Originally posted by stewart_photo Part of the reason may rest in the two sentences found on page 67 of the owners manual... "The Shake Reduction function will not fully work when shooting at slower shutter speed, for example when shooting a moving subject or night scene. In this case, it is recommended that the Shake Reduction function be turned off and the camera used on a tripod." In other words, a limitation of the shake reduction system.
So, if we ignore slower shutter speeds (as in the ambient light situations you mention, Richard) and just focus on normal flash situations, the remainder of the reason may rest in the notion that flash is reasonably fast enough to freeze any movement, making shake reduction pretty much unnecessary.
stewart
Well, I've been shooting at about 1/15sec with the flash in a room with light fixtures. The short duration of the flash certainly freezes any subject motion but the light fixtures would be blurred by camera shake without SR enabled. At least in my old shaky hands. I could shoot at a faster shutter speed (up to 1/180sec) but that would defeat the idea of capturing the ambient light. The result would be an obvious flash picture, less natural looking.

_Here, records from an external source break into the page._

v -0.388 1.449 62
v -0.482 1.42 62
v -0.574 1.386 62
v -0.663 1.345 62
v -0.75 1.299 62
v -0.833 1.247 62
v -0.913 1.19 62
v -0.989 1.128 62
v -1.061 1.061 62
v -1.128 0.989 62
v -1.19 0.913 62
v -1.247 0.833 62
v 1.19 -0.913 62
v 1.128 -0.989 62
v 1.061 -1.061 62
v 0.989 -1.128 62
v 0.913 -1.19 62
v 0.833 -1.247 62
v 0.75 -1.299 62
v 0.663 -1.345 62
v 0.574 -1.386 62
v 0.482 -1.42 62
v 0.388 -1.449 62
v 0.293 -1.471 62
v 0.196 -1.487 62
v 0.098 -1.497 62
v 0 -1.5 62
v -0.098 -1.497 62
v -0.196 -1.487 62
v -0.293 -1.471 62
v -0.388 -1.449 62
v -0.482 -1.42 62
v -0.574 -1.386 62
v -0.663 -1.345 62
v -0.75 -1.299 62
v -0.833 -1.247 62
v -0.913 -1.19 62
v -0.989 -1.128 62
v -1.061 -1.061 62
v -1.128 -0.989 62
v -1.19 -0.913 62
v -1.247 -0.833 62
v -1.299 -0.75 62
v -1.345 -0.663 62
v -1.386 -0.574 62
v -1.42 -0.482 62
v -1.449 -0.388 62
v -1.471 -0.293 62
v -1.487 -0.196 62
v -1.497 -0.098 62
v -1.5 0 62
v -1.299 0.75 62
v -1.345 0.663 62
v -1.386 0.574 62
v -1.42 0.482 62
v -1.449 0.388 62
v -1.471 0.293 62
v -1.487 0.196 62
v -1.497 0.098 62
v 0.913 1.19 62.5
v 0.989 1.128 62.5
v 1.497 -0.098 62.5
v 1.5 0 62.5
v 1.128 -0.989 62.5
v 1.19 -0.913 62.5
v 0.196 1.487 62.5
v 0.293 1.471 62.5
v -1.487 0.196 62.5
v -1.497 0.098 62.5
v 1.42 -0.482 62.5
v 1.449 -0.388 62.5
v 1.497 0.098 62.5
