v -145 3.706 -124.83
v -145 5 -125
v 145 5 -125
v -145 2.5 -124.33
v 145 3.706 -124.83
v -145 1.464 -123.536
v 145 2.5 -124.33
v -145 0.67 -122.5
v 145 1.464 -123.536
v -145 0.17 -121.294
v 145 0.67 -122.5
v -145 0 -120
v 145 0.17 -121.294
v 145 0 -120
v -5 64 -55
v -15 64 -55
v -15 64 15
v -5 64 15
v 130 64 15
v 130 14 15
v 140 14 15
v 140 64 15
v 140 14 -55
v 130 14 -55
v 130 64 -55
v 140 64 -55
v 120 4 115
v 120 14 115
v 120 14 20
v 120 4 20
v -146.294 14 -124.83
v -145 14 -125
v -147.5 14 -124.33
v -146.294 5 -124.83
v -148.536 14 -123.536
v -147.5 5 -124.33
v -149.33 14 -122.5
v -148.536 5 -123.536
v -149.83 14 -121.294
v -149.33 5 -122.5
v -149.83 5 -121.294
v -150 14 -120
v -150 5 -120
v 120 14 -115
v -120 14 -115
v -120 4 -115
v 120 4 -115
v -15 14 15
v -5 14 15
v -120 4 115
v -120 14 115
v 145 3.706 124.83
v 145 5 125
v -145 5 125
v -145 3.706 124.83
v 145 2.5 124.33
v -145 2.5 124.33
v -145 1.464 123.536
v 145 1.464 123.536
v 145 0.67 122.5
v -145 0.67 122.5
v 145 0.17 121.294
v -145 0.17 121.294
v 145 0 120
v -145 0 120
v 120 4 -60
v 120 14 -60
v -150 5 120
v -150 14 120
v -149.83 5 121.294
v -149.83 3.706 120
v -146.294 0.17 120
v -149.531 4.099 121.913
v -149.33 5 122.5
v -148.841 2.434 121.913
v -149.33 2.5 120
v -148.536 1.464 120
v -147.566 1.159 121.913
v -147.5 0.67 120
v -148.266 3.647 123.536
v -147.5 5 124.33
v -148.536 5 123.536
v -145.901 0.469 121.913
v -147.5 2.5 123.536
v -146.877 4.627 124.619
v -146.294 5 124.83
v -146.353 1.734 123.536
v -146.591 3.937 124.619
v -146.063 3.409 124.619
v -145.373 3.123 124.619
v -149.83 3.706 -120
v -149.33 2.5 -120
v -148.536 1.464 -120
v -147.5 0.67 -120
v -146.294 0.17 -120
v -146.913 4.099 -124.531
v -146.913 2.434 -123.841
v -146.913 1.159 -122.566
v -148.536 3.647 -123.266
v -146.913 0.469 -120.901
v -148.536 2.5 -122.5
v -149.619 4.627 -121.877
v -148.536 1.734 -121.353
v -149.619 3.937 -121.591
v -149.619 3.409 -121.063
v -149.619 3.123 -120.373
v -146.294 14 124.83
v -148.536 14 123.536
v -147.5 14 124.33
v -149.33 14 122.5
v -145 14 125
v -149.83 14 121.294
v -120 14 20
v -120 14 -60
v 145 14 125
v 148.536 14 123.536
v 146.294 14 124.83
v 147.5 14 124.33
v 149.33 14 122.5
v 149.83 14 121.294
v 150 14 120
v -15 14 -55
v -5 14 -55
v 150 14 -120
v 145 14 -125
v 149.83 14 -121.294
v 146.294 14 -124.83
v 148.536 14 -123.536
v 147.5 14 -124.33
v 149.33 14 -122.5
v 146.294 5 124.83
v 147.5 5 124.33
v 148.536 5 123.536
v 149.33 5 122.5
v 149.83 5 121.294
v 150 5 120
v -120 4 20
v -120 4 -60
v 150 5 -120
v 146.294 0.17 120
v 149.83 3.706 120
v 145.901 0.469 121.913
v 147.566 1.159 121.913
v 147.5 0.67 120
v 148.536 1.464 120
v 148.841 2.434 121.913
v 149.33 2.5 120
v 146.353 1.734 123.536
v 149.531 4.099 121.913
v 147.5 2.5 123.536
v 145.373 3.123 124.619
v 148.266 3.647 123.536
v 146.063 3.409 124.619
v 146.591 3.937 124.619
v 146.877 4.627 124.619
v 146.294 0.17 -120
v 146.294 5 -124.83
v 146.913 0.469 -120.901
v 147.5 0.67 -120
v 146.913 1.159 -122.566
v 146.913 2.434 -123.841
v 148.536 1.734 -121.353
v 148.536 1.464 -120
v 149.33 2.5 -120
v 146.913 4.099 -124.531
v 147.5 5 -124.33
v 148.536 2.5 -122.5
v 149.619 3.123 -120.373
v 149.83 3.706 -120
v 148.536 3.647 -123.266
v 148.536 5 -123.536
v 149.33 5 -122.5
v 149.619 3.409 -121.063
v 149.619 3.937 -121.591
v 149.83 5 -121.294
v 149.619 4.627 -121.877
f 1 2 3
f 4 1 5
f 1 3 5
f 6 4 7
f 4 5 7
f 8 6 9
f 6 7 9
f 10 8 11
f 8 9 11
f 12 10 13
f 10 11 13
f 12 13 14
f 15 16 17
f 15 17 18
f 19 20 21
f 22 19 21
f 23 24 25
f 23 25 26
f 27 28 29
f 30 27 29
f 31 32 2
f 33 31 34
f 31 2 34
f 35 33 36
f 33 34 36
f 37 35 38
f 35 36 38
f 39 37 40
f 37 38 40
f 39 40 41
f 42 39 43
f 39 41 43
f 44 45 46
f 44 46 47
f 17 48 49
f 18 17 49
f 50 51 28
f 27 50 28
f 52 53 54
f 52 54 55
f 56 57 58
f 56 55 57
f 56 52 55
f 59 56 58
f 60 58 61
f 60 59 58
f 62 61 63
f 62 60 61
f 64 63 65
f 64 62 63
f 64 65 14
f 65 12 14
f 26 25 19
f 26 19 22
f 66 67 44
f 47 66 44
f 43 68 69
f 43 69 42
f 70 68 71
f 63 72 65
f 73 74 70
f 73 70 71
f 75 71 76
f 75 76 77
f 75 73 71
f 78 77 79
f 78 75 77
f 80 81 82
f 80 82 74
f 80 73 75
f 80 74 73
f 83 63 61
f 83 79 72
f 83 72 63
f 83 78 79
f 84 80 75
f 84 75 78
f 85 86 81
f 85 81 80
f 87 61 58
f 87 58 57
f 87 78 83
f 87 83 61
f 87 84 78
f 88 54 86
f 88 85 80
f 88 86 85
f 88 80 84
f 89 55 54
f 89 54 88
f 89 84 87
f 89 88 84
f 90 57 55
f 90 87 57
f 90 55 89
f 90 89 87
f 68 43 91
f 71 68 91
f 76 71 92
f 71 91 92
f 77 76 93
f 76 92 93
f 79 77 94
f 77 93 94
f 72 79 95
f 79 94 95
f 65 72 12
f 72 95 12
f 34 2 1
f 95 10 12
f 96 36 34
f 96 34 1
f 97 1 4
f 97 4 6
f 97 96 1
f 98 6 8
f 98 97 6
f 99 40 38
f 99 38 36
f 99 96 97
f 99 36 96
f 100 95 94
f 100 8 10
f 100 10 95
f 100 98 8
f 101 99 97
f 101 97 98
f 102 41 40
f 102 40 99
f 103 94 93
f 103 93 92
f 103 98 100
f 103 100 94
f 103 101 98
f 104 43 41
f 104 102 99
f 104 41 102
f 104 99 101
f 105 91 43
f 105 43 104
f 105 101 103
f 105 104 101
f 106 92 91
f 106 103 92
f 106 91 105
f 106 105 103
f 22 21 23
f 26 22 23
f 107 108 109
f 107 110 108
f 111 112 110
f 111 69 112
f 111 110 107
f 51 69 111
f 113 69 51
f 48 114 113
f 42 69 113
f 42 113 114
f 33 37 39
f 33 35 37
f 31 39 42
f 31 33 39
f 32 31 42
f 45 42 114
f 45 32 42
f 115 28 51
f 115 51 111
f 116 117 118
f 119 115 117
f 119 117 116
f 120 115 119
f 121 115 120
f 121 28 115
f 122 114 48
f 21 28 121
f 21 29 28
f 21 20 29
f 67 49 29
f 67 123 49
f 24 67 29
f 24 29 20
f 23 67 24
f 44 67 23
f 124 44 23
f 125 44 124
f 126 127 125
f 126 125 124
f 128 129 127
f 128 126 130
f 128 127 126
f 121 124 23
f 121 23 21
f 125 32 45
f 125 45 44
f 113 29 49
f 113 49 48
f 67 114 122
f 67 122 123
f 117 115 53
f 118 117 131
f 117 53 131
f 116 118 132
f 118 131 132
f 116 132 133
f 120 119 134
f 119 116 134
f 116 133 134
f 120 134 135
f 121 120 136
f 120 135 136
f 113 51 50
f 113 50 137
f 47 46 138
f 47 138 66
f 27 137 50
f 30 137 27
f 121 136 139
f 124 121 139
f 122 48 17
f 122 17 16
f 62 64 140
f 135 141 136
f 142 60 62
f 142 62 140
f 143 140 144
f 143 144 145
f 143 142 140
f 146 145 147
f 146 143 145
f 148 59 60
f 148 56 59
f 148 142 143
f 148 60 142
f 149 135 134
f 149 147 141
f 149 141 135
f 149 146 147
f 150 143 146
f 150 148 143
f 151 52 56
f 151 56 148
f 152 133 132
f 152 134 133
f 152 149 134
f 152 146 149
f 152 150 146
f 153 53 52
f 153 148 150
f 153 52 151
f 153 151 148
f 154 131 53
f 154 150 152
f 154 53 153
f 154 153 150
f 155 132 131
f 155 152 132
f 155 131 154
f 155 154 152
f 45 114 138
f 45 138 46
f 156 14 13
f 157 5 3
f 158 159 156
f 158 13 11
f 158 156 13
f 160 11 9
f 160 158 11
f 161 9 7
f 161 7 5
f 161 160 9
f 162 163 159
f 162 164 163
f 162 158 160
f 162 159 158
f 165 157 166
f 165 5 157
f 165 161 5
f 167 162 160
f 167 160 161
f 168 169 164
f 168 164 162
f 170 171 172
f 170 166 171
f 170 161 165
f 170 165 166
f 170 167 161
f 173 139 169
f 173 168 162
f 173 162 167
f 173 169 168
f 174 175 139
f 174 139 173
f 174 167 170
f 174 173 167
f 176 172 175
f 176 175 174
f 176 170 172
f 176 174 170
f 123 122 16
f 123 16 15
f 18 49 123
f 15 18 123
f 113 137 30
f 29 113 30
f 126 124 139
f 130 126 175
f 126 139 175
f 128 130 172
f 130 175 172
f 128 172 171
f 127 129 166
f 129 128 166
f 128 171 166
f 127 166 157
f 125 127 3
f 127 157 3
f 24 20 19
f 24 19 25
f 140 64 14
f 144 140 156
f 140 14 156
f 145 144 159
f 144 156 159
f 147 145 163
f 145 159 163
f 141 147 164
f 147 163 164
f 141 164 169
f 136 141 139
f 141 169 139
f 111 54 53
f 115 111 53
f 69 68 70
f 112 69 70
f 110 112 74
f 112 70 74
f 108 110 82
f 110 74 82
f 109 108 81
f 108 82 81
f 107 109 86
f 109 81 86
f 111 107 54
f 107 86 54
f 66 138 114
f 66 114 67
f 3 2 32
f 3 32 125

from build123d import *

# Parameters (mm, degrees)
SKETCH1_W          = 300
SKETCH1_H          = 250
BASE_DEPTH         = 14
SKETCH3_W          = 240
SKETCH3_H          = 230
CUT_EXTRUDE1_DEPTH = 10
FILLET1_R          = 5
FILLET2_R          = 5
SKETCH4_W          = 240
SKETCH4_H          = 80
DIN_BASE_DEPTH     = 10
SKETCH5_W          = 10
SKETCH5_H          = 70
DIN_STAND_DEPTH    = 50


with BuildPart() as part:
    # Sketch1 → Base (new body)
    with BuildSketch(Plane(origin=(0, 0, 0), x_dir=(1, 0, 0), z_dir=(0, 1, 0))):
        Rectangle(SKETCH1_W, SKETCH1_H)
    extrude(amount=BASE_DEPTH)

    # Sketch3 → Cut-Extrude1 (cut)
    with BuildSketch(Plane(origin=(0, 14, 0), x_dir=(1, 0, 0), z_dir=(0, 1, 0))):
        Rectangle(SKETCH3_W, SKETCH3_H)
    extrude(amount=-CUT_EXTRUDE1_DEPTH, mode=Mode.SUBTRACT)

    # Fillet1
    fillet1_edges = [part.edges().sort_by_distance(p)[0] for p in [
        (0, 0, 125),
        (-150, 0, 0),
        (0, 0, -125),
        (150, 0, 0),
    ]]
    fillet(fillet1_edges, radius=FILLET1_R)

    # Fillet2
    # the kernel refuses this fillet: 5 mm, written as the material it takes off along each edge
    with BuildSketch(Plane(origin=(145, 5, 120), x_dir=(1, 0, 0), z_dir=(0, 0, 1))) as fillet2_piece_1_section:
        Polygon((0, 0), (FILLET2_R, 0), (FILLET2_R, -FILLET2_R), (0, -FILLET2_R), align=None)
    fillet2_piece_1 = extrude(amount=FILLET2_R, mode=Mode.PRIVATE)
    fillet2_piece_1 = fillet2_piece_1 - Plane(origin=(145, 5, 120), x_dir=(-0.7071067811865475, 0.7071067811865475, 0), z_dir=(0, 0, 1)) * Sphere(FILLET2_R, mode=Mode.PRIVATE)
    add(fillet2_piece_1, mode=Mode.SUBTRACT)
    with BuildSketch(Plane(origin=(-145, 5, 120), x_dir=(-1, 0, 0), z_dir=(0, 0, 1))) as fillet2_piece_2_section:
        Polygon((0, 0), (FILLET2_R, 0), (FILLET2_R, FILLET2_R), (0, FILLET2_R), align=None)
    fillet2_piece_2 = extrude(amount=FILLET2_R, mode=Mode.PRIVATE)
    fillet2_piece_2 = fillet2_piece_2 - Plane(origin=(-145, 5, 120), x_dir=(0.7071067811865475, 0.7071067811865475, 0), z_dir=(0, 0, 1)) * Sphere(FILLET2_R, mode=Mode.PRIVATE)
    add(fillet2_piece_2, mode=Mode.SUBTRACT)
    with BuildSketch(Plane(origin=(145, 5, -120), x_dir=(0, 0, -1), z_dir=(1, 0, 0))) as fillet2_piece_3_section:
        Polygon((0, 0), (FILLET2_R, 0), (FILLET2_R, -FILLET2_R), (0, -FILLET2_R), align=None)
    fillet2_piece_3 = extrude(amount=FILLET2_R, mode=Mode.PRIVATE)
    fillet2_piece_3 = fillet2_piece_3 - Plane(origin=(145, 5, -120), x_dir=(0, 0.7071067811865475, 0.7071067811865475), z_dir=(1, 0, 0)) * Sphere(FILLET2_R, mode=Mode.PRIVATE)
    add(fillet2_piece_3, mode=Mode.SUBTRACT)
    with BuildSketch(Plane(origin=(-145, 5, -120), x_dir=(0, 0, -1), z_dir=(-1, 0, 0))) as fillet2_piece_4_section:
        Polygon((0, 0), (FILLET2_R, 0), (FILLET2_R, FILLET2_R), (0, FILLET2_R), align=None)
    fillet2_piece_4 = extrude(amount=FILLET2_R, mode=Mode.PRIVATE)
    fillet2_piece_4 = fillet2_piece_4 - Plane(origin=(-145, 5, -120), x_dir=(0, 0.7071067811865475, 0.7071067811865475), z_dir=(-1, 0, 0)) * Sphere(FILLET2_R, mode=Mode.PRIVATE)
    add(fillet2_piece_4, mode=Mode.SUBTRACT)
    with BuildSketch(Plane(origin=(150, 5, 125), x_dir=(-1, 0, 0), z_dir=(0, 1, 0)), Plane(origin=(150, 5, -125), x_dir=(0, 0, 1), z_dir=(0, 1, 0))) as fillet2_piece_5:
        with BuildLine():
            CenterArc((FILLET2_R, -FILLET2_R), FILLET2_R, 90, 90)
            Line((0, -FILLET2_R), (0, 0))
            Line((0, 0), (FILLET2_R, 0))
        make_face()
    extrude(amount=21.5, mode=Mode.SUBTRACT)
    with BuildSketch(Plane(origin=(-150, 5, 125), x_dir=(1, 0, 0), z_dir=(0, 1, 0)), Plane(origin=(-150, 5, -125), x_dir=(0, 0, 1), z_dir=(0, 1, 0))) as fillet2_piece_6:
        with BuildLine():
            CenterArc((FILLET2_R, FILLET2_R), FILLET2_R, 180, 90)
            Line((0, FILLET2_R), (0, 0))
            Line((0, 0), (FILLET2_R, 0))
        make_face()
    extrude(amount=21.5, mode=Mode.SUBTRACT)

    # Sketch4 → DIN Base (add)
    with BuildSketch(Plane(origin=(0, 4, 0), x_dir=(1, 0, 0), z_dir=(0, 1, 0))):
        with Locations((0, 20)):
            Rectangle(SKETCH4_W, SKETCH4_H)
    extrude(amount=DIN_BASE_DEPTH)

    # Sketch5 → DIN Stand (add)
    with BuildSketch(Plane(origin=(0, 14, 0), x_dir=(1, 0, 0), z_dir=(0, 1, 0))):
        with Locations((135, 20)):
            Rectangle(SKETCH5_W, SKETCH5_H)
        with Locations((-10, 20)):
            Rectangle(SKETCH5_W, SKETCH5_H)
    extrude(amount=DIN_STAND_DEPTH)


solid = part.part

As it is, my set-up does work with SR, with the flash mode set to Flash On. I guess users of off-camera Pentax flashes have to live without SR if they use the Wireless flash mode. That doesn't make any sense to me. As for the manual, obviously SR will have no effect on freezing subject motion, only on reducing the effects of camera shake. I have used it to good effect in hand-held night scenes and other low-light situations (without flash). That includes scenes with subject movement. Anything moving (people, vehicles, etc) tends to be burred but static parts of the scene are sharp. This is rather contradicts what the manual suggests.